Unfortunately there was a hitch in the shipment of Paros we were hoping for, so nothing to do but wait for now!

I also moved my two shrimp tanks onto the rack last weekend. Always fun to move tanks no matter how small!

Here's some pics of how things are looking.











Here you can see phase two, four 25L tanks of which two are in the middle of setting up.



Sent from my iPad using Tapatalk HD


----------



## Lindy (3 Apr 2014)

Wow, that is turning into a proper fish room!

Sent from my GT-I9505 using Tapatalk


----------



## faizal (3 Apr 2014)

The aquariums look very well established already. Nice work.


----------



## aliclarke86 (3 Apr 2014)

That's a lot of plugs!! 

Sent from my GT-I9505 using Tapatalk


----------



## DTL (3 Apr 2014)

ldcgroomer said:


> Wow, that is turning into a proper fish room!
> 
> Sent from my GT-I9505 using Tapatalk


Thanks, it's coming along. Can't wait till I get some Paros to stock up the tanks.



faizal said:


> The aquariums look very well established already. Nice work.
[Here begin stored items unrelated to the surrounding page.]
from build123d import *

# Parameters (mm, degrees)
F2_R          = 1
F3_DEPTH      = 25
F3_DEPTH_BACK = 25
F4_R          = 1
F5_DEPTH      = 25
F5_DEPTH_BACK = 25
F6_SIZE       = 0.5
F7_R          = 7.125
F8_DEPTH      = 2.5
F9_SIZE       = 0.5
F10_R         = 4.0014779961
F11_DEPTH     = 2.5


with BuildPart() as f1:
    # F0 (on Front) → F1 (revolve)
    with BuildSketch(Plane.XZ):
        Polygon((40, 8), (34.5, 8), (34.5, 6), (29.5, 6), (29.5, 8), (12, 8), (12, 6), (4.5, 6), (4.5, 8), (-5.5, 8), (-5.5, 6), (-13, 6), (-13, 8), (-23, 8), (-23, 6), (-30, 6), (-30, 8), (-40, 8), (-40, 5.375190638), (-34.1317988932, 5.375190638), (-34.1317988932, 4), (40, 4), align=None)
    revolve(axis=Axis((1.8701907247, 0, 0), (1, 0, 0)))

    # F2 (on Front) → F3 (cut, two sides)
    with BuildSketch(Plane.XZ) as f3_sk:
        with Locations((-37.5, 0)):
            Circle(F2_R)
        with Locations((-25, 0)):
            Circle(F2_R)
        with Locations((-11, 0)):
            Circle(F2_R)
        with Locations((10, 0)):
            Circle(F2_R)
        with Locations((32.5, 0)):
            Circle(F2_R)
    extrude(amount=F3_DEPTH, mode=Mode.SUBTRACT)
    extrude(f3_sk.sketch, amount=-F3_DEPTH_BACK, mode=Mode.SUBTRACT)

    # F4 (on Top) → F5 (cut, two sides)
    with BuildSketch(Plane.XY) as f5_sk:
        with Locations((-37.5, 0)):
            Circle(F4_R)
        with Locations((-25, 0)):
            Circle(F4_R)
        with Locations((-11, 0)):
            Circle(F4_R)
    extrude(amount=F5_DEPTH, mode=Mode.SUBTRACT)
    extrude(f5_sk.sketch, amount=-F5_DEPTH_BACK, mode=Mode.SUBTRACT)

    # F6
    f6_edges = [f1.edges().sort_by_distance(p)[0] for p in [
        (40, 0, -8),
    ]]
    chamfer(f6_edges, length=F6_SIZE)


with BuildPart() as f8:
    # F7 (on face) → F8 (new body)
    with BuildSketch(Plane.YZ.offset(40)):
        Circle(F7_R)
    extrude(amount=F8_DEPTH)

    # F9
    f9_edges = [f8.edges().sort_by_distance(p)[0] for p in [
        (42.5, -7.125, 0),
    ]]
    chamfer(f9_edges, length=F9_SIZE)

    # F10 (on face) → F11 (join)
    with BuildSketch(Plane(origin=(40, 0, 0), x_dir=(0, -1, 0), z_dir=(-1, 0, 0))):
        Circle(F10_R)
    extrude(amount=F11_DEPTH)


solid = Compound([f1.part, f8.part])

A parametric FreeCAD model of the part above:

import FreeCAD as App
import Part
import Sketcher

V = App.Vector


def edges_at(feature, points):
    """Names of the edges that pass closest to the given points."""
    edges = feature.Shape.Edges
    near = lambda p: min(range(len(edges)), key=lambda i: edges[i].distToShape(Part.Vertex(*p))[0])
    return sorted({f"Edge{near(p) + 1}" for p in points})


def add_polygon(sketch, points):
    """Adds a closed chain of lines whose ends are joined by coincident constraints."""
    first, n = sketch.GeometryCount, len(points)
    for a, b in zip(points, points[1:] + points[:1]):
        sketch.addGeometry(Part.LineSegment(App.Vector(*a, 0), App.Vector(*b, 0)), False)
    for i in range(n):
        sketch.addConstraint(Sketcher.Constraint("Coincident", first + i, 2, first + (i + 1) % n, 1))

doc = App.newDocument("Part")
body = doc.addObject("PartDesign::Body", "Body")

# Sketch on XZ plane
sketch1 = doc.addObject("Sketcher::SketchObject", "Sketch")
body.addObject(sketch1)
sketch1.AttachmentSupport = (doc.XZ_Plane, [""])
sketch1.MapMode = "FlatFace"
add_polygon(sketch1, [(40, 8), (34.5, 8), (34.5, 6), (29.5, 6), (29.5, 8), (12, 8), (12, 6), (4.5, 6), (4.5, 8), (-5.5, 8), (-5.5, 6), (-13, 6), (-13, 8), (-23, 8), (-23, 6), (-30, 6), (-30, 8), (-40, 8), (-40, 5.4), (-34.1, 5.4), (-34.1, 4), (40, 4)])  # lines 0-21
sketch1.addConstraint([
    Sketcher.Constraint("Horizontal", 0),
    Sketcher.Constraint("Vertical", 1),
    Sketcher.Constraint("Horizontal", 2),
    Sketcher.Constraint("Vertical", 3),
    Sketcher.Constraint("Horizontal", 4),
    Sketcher.Constraint("Vertical", 5),
    Sketcher.Constraint("Horizontal", 6),
    Sketcher.Constraint("Vertical", 7),
    Sketcher.Constraint("Horizontal", 8),
    Sketcher.Constraint("Vertical", 9),
    Sketcher.Constraint("Horizontal", 10),
    Sketcher.Constraint("Vertical", 11),
    Sketcher.Constraint("Horizontal", 12),
    Sketcher.Constraint("Vertical", 13),
    Sketcher.Constraint("Horizontal", 14),
    Sketcher.Constraint("Vertical", 15),
    Sketcher.Constraint("Horizontal", 16),
    Sketcher.Constraint("Vertical", 17),
    Sketcher.Constraint("Horizontal", 18),
    Sketcher.Constraint("Vertical", 19),
    Sketcher.Constraint("Horizontal", 20),
    Sketcher.Constraint("Vertical", 21),
    Sketcher.Constraint("Symmetric", 16, 2, 21, 2, -2),
    Sketcher.Constraint("Horizontal", 0, 2, 3, 2),
    Sketcher.Constraint("Horizontal", 2, 2, 5, 2),
    Sketcher.Constraint("Horizontal", 4, 2, 7, 2),
    Sketcher.Constraint("Horizontal", 6, 2, 9, 2),
    Sketcher.Constraint("Horizontal", 8, 2, 11, 2),
    Sketcher.Constraint("Horizontal", 10, 2, 13, 2),
    Sketcher.Constraint("Equal", 6, 10),
    Sketcher.Constraint("Equal", 8, 12),
    Sketcher.Constraint("Equal", 12, 16),
    Sketcher.Constraint("DistanceX", 2, 2, 2, 1, 5.0),
    Sketcher.Constraint("DistanceX", 8, 2, 8, 1, 10.0),
    Sketcher.Constraint("DistanceX", 14, 2, 14, 1, 7.0),
    Sketcher.Constraint("DistanceY", 1, 2, 1, 1, 2.0),
    Sketcher.Constraint("DistanceY", 21, 1, 21, 2, 4.0),
    Sketcher.Constraint("DistanceX", 0, 2, 0, 1, 5.5),
    Sketcher.Constraint("DistanceX", 4, 2, 4, 1, 17.5),
    Sketcher.Constraint("DistanceX", 6, 2, 6, 1, 7.5),
    Sketcher.Constraint("DistanceY", -1, 1, 0, 2, 8.0),
    Sketcher.Constraint("DistanceX", 18, 1, 18, 2, 5.868201),
    Sketcher.Constraint("DistanceY", 17, 2, 17, 1, 2.624809),
])
revolution = doc.addObject("PartDesign::Revolution", "Revolution")
body.addObject(revolution)
revolution.Profile = sketch1
revolution.ReferenceAxis = (sketch1, ["H_Axis"])
revolution.Angle = 360

# Sketch on XZ plane
sketch2 = doc.addObject("Sketcher::SketchObject", "Sketch001")
body.addObject(sketch2)
sketch2.AttachmentSupport = (doc.XZ_Plane, [""])
sketch2.MapMode = "FlatFace"
sketch2.addGeometry([
    Part.Circle(V(-37.5, 0, 0), V(0, 0, 1), 1),  # 0
    Part.Circle(V(-25, 0, 0), V(0, 0, 1), 1),  # 1
    Part.Circle(V(-11, 0, 0), V(0, 0, 1), 1),  # 2
    Part.Circle(V(10, 0, 0), V(0, 0, 1), 1),  # 3
    Part.Circle(V(32.5, 0, 0), V(0, 0, 1), 1),  # 4
], False)
sketch2.addConstraint([
    Sketcher.Constraint("Equal", 0, 1),
    Sketcher.Constraint("Equal", 1, 2),
    Sketcher.Constraint("Equal", 2, 3),
    Sketcher.Constraint("Equal", 3, 4),
    Sketcher.Constraint("PointOnObject", 0, 3, -1),
    Sketcher.Constraint("PointOnObject", 1, 3, -1),
    Sketcher.Constraint("PointOnObject", 2, 3, -1),
    Sketcher.Constraint("PointOnObject", 3, 3, -1),
    Sketcher.Constraint("PointOnObject", 4, 3, -1),
    Sketcher.Constraint("Diameter", 0, 2.0),
    Sketcher.Constraint("DistanceX", 1, 3, -1, 1, 25.0),
    Sketcher.Constraint("DistanceX", 2, 3, -1, 1, 11.0),
    Sketcher.Constraint("DistanceX", -1, 1, 3, 3, 10.0),
    Sketcher.Constraint("DistanceX", 0, 3, 4, 3, 70.0),
    Sketcher.Constraint("DistanceX", 0, 3, -1, 1, 37.5),
])
pocket1 = doc.addObject("PartDesign::Pocket", "Pocket")
body.addObject(pocket1)
pocket1.Profile = sketch2
pocket1.Type = "ThroughAll"
pocket1.Midplane = True

# Sketch on XY plane
sketch3 = doc.addObject("Sketcher::SketchObject", "Sketch002")
body.addObject(sketch3)
sketch3.AttachmentSupport = (doc.XY_Plane, [""])
sketch3.MapMode = "FlatFace"
sketch3.addGeometry([
    Part.Circle(V(-37.5, 0, 0), V(0, 0, 1), 1),
    Part.Circle(V(-25, 0, 0), V(0, 0, 1), 1),
    Part.Circle(V(-11, 0, 0), V(0, 0, 1), 1),
], False)
sketch3.addConstraint([
    Sketcher.Constraint("Equal", 0, 1),
    Sketcher.Constraint("Equal", 1, 2),
    Sketcher.Constraint("PointOnObject", 0, 3, -1),
    Sketcher.Constraint("PointOnObject", 1, 3, -1),
    Sketcher.Constraint("PointOnObject", 2, 3, -1),
    Sketcher.Constraint("Diameter", 0, 2.0),
    Sketcher.Constraint("DistanceX", 1, 3, -1, 1, 25.0),
    Sketcher.Constraint("DistanceX", 2, 3, -1, 1, 11.0),
    Sketcher.Constraint("DistanceX", 0, 3, -1, 1, 37.5),
])
pocket2 = doc.addObject("PartDesign::Pocket", "Pocket001")
body.addObject(pocket2)
pocket2.Profile = sketch3
pocket2.Type = "ThroughAll"
pocket2.Midplane = True
doc.recompute()

chamfer = doc.addObject("PartDesign::Chamfer", "Chamfer")
body.addObject(chamfer)
chamfer.Base = (pocket2, edges_at(pocket2, [(40, 0, -8)]))
chamfer.Size = 0.5
body2 = doc.addObject("PartDesign::Body", "Body001")

# Sketch on YZ plane
sketch4 = doc.addObject("Sketcher::SketchObject", "Sketch003")
body2.addObject(sketch4)
sketch4.AttachmentSupport = (doc.getObject("YZ_Plane001"), [""])
sketch4.MapMode = "FlatFace"
sketch4.AttachmentOffset = App.Placement(V(0, 0, 40), App.Rotation())
sketch4.addGeometry(Part.Circle(V(0, 0, 0), V(0, 0, 1), 7), False)
sketch4.addConstraint([
    Sketcher.Constraint("Coincident", 0, 3, -1, 1),
    Sketcher.Constraint("Diameter", 0, 14.25),
])
pad1 = doc.addObject("PartDesign::Pad", "Pad")
body2.addObject(pad1)
pad1.Profile = sketch4
pad1.Length = 2.5
doc.recompute()

chamfer2 = doc.addObject("PartDesign::Chamfer", "Chamfer001")
body2.addObject(chamfer2)
chamfer2.Base = (pad1, edges_at(pad1, [(42.5, -7.125, 0)]))
chamfer2.Size = 0.5

# Sketch on YZ plane
sketch5 = doc.addObject("Sketcher::SketchObject", "Sketch004")
body2.addObject(sketch5)
sketch5.AttachmentSupport = (doc.getObject("YZ_Plane001"), [""])
sketch5.MapMode = "FlatFace"
sketch5.AttachmentOffset = App.Placement(V(0, 0, 40), App.Rotation())
sketch5.addGeometry(Part.Circle(V(0, 0, 0), V(0, 0, 1), 4), False)
sketch5.addConstraint([
    Sketcher.Constraint("Coincident", 0, 3, -1, 1),
    Sketcher.Constraint("Diameter", 0, 8.002956),
])
pad2 = doc.addObject("PartDesign::Pad", "Pad001")
body2.addObject(pad2)
pad2.Profile = sketch5
pad2.Length = 2.5
pad2.Reversed = True

doc.recompute()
Thank you. About half the plants came from existing aquariums, and good old Tropica "plants on wood" help for a quick set up.



aliclarke86 said:


> That's a lot of plugs!!
> 
> Sent from my GT-I9505 using Tapatalk


 Sure is, but thankfully not pulling a lot of power since heaters are of course switched thermostatically, majority of lighting is LED, and the two power filters on the cubes are ECO low wattage models. Rest are for air pump, dosing pumps and solenoid, etc.


----------



## Lindy (3 Apr 2014)

I have some java fern 'windelov' left over from when I stripped down the nook if you want to pick it up on your way home from work?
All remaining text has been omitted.